**Task goal**
Transcribe the stretch of entries below from the line with "#67=EDGE_LOOP('',(#66));" through the line with "Rebuilt in FreeCAD, every", exactly and with both ends included; leave out all other lines.

Records from a data collection
+ + + + + + +

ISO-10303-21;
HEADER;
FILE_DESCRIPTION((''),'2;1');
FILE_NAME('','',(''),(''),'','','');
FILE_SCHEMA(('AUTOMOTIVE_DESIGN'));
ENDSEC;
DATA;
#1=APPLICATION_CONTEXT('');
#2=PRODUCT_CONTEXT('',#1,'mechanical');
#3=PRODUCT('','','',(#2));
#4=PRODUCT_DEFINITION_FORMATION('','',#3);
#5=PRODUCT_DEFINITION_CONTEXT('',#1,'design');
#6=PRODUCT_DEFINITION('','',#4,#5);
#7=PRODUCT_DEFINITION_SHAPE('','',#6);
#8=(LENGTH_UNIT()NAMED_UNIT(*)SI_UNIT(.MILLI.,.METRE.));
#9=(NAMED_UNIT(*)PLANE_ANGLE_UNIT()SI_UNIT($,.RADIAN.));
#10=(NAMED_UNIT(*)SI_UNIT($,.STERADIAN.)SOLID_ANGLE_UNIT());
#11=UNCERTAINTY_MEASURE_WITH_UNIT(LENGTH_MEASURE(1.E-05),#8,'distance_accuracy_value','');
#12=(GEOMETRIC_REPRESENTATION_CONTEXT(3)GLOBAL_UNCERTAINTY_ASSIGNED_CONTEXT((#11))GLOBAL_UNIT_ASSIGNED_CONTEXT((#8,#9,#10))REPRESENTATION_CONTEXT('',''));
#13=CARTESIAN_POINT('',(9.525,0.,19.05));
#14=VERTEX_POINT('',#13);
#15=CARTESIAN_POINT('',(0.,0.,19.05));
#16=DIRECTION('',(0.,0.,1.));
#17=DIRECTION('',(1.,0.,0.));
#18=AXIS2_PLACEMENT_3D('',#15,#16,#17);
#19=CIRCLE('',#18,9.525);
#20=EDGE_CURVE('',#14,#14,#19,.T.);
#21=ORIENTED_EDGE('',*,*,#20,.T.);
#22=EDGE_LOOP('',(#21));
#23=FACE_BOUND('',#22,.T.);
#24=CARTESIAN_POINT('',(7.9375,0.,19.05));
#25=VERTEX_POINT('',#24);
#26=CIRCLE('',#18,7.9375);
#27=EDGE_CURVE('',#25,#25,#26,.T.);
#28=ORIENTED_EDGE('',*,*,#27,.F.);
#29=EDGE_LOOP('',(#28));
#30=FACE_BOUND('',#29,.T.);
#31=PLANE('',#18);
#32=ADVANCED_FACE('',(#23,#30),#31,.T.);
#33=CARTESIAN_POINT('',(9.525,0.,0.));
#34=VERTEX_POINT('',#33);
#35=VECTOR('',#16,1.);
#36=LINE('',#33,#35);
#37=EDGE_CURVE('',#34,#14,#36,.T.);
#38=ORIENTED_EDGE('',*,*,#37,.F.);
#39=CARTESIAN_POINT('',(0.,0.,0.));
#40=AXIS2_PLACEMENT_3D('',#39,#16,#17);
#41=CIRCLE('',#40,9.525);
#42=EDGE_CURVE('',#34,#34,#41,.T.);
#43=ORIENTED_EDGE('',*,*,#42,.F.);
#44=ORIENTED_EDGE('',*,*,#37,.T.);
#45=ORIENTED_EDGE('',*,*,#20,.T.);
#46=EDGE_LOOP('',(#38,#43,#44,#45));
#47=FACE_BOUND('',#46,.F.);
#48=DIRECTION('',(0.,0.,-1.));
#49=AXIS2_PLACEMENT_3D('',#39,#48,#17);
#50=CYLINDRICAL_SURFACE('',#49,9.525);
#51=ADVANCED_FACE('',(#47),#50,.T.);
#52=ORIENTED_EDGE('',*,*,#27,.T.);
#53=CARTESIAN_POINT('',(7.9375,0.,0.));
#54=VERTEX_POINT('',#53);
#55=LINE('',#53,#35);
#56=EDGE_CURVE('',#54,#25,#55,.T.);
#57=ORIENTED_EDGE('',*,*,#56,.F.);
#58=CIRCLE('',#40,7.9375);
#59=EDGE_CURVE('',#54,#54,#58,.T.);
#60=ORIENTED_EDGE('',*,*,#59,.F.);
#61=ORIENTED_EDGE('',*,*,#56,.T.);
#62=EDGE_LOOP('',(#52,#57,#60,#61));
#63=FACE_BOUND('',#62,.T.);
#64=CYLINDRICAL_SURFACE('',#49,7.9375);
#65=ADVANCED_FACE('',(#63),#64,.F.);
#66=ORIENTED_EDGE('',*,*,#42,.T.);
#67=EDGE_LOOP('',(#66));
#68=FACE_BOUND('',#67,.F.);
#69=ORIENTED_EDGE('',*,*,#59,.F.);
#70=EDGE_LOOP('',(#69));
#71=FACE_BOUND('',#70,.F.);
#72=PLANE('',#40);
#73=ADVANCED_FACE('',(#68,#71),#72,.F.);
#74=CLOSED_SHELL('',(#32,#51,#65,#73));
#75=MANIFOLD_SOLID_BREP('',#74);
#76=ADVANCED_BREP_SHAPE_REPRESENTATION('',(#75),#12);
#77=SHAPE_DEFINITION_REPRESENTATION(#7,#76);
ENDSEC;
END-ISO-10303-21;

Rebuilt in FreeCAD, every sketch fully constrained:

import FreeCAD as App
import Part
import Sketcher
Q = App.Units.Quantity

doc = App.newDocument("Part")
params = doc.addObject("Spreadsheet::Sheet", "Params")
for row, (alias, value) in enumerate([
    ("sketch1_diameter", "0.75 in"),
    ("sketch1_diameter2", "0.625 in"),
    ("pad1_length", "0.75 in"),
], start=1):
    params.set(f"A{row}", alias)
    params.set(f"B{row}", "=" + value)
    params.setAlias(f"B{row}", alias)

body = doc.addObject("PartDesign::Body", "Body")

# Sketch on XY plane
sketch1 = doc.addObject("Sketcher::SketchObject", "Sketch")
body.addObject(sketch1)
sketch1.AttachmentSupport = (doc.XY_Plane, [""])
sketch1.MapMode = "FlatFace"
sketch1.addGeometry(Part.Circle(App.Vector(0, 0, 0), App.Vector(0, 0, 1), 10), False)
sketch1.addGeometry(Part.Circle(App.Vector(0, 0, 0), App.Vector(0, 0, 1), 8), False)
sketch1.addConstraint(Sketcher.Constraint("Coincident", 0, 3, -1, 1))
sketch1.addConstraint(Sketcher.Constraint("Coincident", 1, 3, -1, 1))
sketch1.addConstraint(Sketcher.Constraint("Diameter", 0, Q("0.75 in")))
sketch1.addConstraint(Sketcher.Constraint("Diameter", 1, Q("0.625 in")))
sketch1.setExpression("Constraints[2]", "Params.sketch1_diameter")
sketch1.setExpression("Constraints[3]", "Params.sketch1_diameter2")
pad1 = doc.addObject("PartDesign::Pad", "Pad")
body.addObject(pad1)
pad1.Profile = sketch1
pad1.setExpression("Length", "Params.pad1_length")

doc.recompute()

+ + + + + + +

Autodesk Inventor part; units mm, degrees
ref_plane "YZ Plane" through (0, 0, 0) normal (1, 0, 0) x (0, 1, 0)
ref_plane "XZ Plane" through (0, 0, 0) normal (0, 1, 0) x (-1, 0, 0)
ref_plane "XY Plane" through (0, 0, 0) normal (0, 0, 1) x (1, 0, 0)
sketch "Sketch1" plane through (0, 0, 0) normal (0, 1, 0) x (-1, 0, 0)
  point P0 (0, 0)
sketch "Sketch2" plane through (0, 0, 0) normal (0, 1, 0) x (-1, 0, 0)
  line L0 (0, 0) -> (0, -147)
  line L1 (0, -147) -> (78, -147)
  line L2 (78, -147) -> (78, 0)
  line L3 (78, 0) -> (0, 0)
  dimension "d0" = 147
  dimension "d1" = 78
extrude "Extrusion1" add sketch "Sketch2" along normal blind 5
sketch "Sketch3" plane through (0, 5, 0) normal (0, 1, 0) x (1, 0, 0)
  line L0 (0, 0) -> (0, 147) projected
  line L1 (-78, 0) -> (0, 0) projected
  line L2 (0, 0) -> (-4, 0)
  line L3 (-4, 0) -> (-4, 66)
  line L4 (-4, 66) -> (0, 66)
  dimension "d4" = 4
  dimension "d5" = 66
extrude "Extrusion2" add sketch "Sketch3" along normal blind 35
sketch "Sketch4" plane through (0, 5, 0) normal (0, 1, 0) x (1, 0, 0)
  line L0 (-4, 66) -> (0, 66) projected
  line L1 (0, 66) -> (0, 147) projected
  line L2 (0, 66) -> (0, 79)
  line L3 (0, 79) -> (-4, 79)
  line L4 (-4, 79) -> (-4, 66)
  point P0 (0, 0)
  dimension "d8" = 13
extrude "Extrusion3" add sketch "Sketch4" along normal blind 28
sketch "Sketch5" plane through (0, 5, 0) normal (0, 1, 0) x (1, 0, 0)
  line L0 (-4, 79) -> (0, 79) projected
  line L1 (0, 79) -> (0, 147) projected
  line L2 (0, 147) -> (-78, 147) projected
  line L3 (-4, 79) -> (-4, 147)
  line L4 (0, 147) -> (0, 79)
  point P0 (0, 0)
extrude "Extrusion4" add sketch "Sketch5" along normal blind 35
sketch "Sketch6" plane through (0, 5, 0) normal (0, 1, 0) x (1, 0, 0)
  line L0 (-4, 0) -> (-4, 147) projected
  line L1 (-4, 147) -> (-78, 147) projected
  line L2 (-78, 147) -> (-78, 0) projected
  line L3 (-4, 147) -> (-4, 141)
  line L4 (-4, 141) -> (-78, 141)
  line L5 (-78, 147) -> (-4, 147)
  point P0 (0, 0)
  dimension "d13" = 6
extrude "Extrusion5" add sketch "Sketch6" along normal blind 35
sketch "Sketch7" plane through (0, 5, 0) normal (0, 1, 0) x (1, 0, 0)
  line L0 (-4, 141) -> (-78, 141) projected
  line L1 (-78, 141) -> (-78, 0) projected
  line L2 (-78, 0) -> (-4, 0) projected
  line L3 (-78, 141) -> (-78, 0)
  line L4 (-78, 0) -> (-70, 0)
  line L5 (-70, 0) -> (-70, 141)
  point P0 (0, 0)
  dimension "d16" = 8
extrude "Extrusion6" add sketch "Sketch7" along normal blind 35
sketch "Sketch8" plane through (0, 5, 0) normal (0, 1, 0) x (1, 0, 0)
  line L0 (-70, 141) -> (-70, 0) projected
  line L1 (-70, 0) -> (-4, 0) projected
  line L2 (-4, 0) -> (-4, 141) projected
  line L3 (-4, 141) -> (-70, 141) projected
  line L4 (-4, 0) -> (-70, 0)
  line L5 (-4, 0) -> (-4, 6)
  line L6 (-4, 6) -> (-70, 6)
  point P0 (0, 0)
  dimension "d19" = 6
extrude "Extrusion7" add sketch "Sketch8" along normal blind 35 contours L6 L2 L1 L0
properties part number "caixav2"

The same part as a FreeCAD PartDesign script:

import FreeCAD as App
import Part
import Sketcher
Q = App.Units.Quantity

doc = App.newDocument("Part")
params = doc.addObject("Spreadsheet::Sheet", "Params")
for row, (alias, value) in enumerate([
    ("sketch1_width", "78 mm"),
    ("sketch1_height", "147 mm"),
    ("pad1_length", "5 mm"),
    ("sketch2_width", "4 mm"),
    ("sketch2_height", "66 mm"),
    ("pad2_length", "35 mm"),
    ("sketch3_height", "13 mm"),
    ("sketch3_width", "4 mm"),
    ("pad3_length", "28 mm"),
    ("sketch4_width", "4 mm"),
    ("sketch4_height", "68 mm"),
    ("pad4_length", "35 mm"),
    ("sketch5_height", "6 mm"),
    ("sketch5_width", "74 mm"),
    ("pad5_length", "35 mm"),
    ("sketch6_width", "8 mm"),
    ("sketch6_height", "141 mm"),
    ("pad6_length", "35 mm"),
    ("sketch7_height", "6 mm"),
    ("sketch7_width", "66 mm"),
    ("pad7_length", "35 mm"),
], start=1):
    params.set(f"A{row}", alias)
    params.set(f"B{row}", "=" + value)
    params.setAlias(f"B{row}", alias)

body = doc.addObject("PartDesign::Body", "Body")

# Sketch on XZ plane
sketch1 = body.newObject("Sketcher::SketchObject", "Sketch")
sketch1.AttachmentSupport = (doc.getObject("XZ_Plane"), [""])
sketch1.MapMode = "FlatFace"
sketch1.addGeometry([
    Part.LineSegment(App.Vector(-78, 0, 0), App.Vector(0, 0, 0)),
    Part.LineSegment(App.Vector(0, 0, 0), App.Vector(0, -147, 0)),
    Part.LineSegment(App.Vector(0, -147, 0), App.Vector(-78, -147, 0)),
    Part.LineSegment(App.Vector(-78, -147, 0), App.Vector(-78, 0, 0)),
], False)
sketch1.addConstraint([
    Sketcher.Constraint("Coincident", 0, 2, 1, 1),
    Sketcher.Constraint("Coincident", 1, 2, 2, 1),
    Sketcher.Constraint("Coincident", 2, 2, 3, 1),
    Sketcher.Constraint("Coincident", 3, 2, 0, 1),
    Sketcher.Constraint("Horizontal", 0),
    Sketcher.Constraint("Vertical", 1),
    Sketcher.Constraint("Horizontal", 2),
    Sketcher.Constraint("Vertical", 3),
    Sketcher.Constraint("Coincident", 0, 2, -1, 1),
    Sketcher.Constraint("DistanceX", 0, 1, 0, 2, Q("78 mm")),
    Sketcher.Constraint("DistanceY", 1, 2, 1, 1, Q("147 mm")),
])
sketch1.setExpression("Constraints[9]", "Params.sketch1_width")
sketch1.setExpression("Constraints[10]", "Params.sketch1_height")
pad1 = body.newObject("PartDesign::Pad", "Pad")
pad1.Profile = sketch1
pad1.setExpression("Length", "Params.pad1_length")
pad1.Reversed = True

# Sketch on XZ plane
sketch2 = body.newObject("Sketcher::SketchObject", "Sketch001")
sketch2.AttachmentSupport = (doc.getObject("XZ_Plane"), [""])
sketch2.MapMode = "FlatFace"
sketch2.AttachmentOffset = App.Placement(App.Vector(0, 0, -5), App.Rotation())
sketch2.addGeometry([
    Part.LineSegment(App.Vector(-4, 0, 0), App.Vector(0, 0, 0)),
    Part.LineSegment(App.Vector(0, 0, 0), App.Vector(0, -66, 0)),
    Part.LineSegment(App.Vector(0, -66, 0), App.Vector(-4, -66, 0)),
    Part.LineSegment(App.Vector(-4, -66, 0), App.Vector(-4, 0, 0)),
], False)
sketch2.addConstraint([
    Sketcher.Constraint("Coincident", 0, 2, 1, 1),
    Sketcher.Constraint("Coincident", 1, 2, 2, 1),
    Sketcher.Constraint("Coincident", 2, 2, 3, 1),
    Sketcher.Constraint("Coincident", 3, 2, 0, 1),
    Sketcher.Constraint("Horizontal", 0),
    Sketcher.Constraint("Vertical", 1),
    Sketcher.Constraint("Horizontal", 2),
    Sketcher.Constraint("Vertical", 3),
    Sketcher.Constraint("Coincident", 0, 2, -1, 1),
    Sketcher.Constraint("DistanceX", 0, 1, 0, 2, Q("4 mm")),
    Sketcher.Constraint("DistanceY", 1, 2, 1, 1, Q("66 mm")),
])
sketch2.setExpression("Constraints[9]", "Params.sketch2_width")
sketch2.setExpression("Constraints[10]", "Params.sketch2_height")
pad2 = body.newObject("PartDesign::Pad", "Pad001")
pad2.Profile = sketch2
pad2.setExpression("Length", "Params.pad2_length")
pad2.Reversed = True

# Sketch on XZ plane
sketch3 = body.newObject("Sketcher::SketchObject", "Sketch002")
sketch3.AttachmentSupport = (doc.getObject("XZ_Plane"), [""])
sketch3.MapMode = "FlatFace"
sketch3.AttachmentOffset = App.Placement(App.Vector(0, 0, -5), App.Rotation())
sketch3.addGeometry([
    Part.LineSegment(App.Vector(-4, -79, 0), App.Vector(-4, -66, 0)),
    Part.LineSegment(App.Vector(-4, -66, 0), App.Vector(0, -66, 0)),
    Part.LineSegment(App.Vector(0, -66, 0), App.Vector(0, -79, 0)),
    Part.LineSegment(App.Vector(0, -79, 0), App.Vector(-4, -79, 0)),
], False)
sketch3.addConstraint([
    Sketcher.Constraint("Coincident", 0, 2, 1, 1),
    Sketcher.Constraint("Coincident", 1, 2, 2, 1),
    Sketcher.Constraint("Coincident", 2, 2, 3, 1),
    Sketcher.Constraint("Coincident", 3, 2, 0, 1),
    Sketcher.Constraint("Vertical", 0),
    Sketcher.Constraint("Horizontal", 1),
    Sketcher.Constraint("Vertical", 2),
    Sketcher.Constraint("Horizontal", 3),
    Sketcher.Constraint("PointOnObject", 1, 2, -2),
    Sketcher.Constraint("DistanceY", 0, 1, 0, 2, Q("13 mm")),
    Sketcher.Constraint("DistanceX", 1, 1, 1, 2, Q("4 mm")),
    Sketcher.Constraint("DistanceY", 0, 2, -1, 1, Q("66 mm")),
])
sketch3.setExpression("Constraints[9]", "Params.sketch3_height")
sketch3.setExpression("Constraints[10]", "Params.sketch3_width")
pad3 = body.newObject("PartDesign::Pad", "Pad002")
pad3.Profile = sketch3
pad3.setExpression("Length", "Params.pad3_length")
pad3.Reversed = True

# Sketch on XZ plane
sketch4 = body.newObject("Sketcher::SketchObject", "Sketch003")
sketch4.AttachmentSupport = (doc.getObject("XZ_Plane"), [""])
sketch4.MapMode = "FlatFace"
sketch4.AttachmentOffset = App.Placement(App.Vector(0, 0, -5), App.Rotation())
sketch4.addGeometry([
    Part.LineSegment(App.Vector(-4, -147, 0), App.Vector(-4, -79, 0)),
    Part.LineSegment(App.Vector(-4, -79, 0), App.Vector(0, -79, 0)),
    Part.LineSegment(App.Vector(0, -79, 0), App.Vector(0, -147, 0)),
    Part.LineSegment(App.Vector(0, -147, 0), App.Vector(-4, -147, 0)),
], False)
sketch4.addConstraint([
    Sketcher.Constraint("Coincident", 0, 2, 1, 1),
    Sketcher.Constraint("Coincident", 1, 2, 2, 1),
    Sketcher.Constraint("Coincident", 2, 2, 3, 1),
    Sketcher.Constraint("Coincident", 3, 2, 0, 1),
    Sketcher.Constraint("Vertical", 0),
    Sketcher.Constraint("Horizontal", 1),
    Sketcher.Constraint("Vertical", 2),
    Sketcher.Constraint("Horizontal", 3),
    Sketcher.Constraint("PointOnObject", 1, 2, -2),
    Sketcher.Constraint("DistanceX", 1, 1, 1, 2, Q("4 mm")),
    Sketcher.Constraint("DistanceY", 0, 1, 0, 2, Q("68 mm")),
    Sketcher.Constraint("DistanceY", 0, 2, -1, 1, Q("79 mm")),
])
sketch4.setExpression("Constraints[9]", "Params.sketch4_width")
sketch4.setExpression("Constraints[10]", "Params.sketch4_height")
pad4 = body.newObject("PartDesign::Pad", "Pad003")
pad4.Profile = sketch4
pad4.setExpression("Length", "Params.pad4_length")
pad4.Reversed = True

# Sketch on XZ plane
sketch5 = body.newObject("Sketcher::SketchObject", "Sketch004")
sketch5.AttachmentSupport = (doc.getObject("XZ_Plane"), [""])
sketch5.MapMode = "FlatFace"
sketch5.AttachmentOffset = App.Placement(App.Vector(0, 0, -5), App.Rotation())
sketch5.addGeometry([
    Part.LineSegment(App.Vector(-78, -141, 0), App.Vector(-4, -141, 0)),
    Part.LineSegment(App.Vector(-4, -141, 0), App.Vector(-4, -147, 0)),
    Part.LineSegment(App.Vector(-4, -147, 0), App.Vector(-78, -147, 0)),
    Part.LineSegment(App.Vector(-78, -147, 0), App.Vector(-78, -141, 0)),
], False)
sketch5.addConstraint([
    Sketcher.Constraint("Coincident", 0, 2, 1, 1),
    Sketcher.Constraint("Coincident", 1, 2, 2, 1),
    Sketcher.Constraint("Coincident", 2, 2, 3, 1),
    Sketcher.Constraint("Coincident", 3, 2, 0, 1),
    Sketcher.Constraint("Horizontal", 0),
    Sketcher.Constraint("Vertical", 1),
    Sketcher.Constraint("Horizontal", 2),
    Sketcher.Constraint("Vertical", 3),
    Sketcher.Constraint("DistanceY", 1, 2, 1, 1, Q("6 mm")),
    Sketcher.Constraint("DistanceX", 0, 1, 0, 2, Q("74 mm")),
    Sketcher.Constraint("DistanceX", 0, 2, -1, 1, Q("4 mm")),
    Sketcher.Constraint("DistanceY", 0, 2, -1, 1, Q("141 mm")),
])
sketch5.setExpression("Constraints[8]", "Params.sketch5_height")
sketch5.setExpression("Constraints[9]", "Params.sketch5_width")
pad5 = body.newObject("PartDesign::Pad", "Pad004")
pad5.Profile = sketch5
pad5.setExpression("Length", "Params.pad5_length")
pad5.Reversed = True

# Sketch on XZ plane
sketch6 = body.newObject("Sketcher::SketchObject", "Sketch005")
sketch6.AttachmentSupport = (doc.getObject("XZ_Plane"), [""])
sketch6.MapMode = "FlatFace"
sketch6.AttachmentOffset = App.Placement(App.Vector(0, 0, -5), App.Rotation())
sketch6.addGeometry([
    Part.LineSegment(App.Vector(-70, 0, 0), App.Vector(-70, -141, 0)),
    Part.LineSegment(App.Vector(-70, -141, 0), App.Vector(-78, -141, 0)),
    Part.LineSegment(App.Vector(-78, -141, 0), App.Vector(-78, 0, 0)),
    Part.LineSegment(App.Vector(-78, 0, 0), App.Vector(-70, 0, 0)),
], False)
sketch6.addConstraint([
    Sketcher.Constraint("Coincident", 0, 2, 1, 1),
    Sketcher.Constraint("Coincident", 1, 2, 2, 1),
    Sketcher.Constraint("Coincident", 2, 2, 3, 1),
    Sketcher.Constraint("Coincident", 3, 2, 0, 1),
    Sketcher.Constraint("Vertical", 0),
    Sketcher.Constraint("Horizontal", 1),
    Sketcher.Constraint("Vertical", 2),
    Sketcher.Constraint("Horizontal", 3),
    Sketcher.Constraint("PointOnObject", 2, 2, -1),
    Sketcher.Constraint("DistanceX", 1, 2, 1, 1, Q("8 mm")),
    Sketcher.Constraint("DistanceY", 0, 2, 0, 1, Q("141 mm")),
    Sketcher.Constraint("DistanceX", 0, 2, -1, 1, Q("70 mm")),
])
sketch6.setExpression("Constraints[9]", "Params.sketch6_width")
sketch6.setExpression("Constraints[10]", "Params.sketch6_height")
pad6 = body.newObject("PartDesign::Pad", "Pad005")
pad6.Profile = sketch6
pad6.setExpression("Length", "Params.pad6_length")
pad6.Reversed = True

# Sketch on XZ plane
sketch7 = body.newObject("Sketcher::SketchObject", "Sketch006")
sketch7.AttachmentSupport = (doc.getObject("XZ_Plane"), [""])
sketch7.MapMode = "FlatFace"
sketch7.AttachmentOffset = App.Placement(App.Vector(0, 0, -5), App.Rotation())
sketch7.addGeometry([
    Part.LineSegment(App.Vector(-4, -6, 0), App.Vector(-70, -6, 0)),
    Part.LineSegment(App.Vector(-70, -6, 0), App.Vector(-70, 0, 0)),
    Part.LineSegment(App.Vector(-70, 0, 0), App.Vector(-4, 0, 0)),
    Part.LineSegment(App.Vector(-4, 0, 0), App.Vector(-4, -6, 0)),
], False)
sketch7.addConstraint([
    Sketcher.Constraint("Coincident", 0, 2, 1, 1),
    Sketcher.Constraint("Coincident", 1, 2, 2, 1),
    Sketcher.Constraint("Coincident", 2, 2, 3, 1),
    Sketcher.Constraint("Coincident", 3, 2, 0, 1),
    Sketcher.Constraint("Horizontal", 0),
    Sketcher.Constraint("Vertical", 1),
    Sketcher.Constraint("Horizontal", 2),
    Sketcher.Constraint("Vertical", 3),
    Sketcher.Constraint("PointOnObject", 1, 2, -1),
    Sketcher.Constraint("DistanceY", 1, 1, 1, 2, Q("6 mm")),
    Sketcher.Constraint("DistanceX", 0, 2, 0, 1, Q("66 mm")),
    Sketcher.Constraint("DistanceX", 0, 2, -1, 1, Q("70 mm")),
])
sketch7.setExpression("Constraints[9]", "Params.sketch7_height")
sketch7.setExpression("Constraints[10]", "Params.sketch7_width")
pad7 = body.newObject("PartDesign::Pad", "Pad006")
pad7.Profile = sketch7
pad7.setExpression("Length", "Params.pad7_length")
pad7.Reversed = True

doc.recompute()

+ + + + + + +

**Completed task**
#67=EDGE_LOOP('',(#66));
#68=FACE_BOUND('',#67,.F.);
#69=ORIENTED_EDGE('',*,*,#59,.F.);
#70=EDGE_LOOP('',(#69));
#71=FACE_BOUND('',#70,.F.);
#72=PLANE('',#40);
#73=ADVANCED_FACE('',(#68,#71),#72,.F.);
#74=CLOSED_SHELL('',(#32,#51,#65,#73));
#75=MANIFOLD_SOLID_BREP('',#74);
#76=ADVANCED_BREP_SHAPE_REPRESENTATION('',(#75),#12);
#77=SHAPE_DEFINITION_REPRESENTATION(#7,#76);
ENDSEC;
END-ISO-10303-21;

Rebuilt in FreeCAD, every sketch fully constrained:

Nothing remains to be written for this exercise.